→ DIRECTIONS FOR THIS TASK
Of the lines in the data below, write out exactly those from the one holding "line L1 (0, 0) -> (0, 2560) projected" through the one holding "Rebuilt in FreeCAD, every", both included.

→ Stored data entries
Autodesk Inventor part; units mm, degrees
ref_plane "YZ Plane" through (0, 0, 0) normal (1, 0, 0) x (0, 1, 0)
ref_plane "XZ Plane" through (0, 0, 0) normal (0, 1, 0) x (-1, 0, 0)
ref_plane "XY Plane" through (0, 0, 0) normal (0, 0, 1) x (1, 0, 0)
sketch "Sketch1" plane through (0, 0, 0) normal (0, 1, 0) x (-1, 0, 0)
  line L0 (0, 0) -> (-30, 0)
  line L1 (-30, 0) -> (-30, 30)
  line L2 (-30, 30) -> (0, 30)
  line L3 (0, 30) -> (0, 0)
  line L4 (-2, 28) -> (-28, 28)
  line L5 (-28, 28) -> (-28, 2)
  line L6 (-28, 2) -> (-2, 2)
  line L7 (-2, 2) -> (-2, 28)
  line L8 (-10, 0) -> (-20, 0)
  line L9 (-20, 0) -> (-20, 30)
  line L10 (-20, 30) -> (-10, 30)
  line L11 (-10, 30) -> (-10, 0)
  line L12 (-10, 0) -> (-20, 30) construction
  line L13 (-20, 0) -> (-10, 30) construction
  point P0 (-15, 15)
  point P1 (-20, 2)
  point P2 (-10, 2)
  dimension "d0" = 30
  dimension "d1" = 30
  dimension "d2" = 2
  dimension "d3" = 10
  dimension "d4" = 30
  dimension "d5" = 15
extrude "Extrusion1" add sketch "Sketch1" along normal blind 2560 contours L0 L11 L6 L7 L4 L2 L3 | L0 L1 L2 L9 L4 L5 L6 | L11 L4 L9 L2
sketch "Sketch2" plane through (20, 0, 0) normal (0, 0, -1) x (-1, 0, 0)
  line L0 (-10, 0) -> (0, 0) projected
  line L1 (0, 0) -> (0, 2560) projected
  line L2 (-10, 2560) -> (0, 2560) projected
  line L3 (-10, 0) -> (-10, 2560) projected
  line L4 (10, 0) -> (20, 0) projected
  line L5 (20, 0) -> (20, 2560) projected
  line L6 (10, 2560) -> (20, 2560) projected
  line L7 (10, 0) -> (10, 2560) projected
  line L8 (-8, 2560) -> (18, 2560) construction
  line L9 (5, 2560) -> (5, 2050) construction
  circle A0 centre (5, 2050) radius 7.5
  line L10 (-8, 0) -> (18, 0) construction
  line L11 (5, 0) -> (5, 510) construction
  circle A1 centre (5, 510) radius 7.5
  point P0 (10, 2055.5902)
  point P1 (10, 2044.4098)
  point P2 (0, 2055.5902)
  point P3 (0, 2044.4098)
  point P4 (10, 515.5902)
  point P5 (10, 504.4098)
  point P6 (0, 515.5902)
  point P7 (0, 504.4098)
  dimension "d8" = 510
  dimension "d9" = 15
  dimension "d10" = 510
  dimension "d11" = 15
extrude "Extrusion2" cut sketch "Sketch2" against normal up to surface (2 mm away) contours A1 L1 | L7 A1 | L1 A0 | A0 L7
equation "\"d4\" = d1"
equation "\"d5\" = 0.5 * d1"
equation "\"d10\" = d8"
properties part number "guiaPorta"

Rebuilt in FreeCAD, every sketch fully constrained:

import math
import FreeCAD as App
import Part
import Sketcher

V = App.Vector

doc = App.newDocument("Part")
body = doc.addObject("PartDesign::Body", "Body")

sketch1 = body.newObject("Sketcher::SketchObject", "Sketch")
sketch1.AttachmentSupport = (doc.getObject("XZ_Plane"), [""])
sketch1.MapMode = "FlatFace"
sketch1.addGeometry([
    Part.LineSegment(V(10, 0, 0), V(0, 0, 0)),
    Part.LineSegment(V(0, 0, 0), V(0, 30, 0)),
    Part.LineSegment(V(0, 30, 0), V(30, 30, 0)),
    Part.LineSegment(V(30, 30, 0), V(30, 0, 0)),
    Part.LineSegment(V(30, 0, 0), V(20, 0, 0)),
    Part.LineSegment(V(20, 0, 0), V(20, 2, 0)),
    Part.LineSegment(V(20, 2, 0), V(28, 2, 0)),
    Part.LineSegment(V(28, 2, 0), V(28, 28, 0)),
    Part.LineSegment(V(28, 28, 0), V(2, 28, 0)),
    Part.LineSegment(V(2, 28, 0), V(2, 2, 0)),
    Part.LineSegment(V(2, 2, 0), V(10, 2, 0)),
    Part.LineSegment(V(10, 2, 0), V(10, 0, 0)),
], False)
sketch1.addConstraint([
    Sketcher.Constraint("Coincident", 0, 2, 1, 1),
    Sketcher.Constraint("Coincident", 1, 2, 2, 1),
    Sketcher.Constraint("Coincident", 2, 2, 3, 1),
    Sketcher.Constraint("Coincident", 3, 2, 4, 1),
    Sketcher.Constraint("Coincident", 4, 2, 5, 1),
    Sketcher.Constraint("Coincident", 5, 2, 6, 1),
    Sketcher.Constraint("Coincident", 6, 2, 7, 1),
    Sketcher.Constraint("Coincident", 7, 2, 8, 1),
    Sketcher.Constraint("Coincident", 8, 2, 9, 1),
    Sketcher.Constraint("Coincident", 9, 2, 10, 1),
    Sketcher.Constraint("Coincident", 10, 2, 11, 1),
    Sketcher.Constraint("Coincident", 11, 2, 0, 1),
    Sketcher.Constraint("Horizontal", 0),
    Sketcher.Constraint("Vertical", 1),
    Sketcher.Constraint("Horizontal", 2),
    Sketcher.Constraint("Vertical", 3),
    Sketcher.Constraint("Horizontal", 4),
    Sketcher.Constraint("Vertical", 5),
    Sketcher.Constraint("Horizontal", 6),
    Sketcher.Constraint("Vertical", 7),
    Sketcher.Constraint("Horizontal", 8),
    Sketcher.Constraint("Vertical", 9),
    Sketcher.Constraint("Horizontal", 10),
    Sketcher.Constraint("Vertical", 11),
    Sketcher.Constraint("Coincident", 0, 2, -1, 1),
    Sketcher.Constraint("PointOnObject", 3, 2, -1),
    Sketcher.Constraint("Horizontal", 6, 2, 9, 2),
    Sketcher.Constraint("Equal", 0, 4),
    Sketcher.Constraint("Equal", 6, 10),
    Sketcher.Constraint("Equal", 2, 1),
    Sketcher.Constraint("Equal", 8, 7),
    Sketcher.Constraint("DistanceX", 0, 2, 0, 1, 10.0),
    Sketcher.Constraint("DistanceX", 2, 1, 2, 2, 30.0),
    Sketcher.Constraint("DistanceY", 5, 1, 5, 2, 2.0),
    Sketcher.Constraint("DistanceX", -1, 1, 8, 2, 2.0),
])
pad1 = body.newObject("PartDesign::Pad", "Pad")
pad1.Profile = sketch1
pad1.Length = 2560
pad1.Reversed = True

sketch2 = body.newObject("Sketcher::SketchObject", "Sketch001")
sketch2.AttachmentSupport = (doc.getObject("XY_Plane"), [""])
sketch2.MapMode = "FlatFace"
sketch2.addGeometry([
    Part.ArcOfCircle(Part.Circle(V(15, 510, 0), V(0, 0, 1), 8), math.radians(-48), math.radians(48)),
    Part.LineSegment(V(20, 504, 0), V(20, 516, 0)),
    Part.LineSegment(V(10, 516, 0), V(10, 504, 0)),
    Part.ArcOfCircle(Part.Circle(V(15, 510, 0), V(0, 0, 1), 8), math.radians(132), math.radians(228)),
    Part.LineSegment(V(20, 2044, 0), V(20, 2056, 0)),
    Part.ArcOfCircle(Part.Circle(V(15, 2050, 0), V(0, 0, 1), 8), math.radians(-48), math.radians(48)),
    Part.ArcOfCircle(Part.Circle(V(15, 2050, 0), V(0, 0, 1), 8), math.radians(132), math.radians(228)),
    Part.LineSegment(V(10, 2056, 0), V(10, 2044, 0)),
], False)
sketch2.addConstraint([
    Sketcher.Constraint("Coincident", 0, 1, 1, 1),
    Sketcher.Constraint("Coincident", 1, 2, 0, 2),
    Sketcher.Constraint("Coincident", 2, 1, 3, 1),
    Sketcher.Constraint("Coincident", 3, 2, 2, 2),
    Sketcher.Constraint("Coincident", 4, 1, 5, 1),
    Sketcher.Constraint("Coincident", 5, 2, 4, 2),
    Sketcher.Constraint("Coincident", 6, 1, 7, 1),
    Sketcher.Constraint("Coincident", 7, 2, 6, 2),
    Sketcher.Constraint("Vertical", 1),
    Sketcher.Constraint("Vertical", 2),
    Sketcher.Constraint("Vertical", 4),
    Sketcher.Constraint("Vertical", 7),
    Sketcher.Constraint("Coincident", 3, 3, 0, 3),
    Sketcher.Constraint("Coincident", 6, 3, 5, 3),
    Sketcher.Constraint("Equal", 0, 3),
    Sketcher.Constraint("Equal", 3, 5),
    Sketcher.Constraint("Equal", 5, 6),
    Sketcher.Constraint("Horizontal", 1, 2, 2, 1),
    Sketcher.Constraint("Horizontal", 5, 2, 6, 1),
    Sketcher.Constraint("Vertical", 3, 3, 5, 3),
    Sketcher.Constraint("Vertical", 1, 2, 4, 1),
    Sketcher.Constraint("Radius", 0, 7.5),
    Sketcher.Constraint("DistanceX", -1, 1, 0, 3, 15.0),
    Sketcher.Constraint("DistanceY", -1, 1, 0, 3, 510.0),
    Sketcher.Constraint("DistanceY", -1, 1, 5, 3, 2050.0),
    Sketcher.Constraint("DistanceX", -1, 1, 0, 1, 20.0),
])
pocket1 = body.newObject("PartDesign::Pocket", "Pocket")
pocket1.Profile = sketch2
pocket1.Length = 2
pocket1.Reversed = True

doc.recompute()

→ EXERCISE RESULT
  line L1 (0, 0) -> (0, 2560) projected
  line L2 (-10, 2560) -> (0, 2560) projected
  line L3 (-10, 0) -> (-10, 2560) projected
  line L4 (10, 0) -> (20, 0) projected
  line L5 (20, 0) -> (20, 2560) projected
  line L6 (10, 2560) -> (20, 2560) projected
  line L7 (10, 0) -> (10, 2560) projected
  line L8 (-8, 2560) -> (18, 2560) construction
  line L9 (5, 2560) -> (5, 2050) construction
  circle A0 centre (5, 2050) radius 7.5
  line L10 (-8, 0) -> (18, 0) construction
  line L11 (5, 0) -> (5, 510) construction
  circle A1 centre (5, 510) radius 7.5
  point P0 (10, 2055.5902)
  point P1 (10, 2044.4098)
  point P2 (0, 2055.5902)
  point P3 (0, 2044.4098)
  point P4 (10, 515.5902)
  point P5 (10, 504.4098)
  point P6 (0, 515.5902)
  point P7 (0, 504.4098)
  dimension "d8" = 510
  dimension "d9" = 15
  dimension "d10" = 510
  dimension "d11" = 15
extrude "Extrusion2" cut sketch "Sketch2" against normal up to surface (2 mm away) contours A1 L1 | L7 A1 | L1 A0 | A0 L7
equation "\"d4\" = d1"
equation "\"d5\" = 0.5 * d1"
equation "\"d10\" = d8"
properties part number "guiaPorta"

Rebuilt in FreeCAD, every sketch fully constrained:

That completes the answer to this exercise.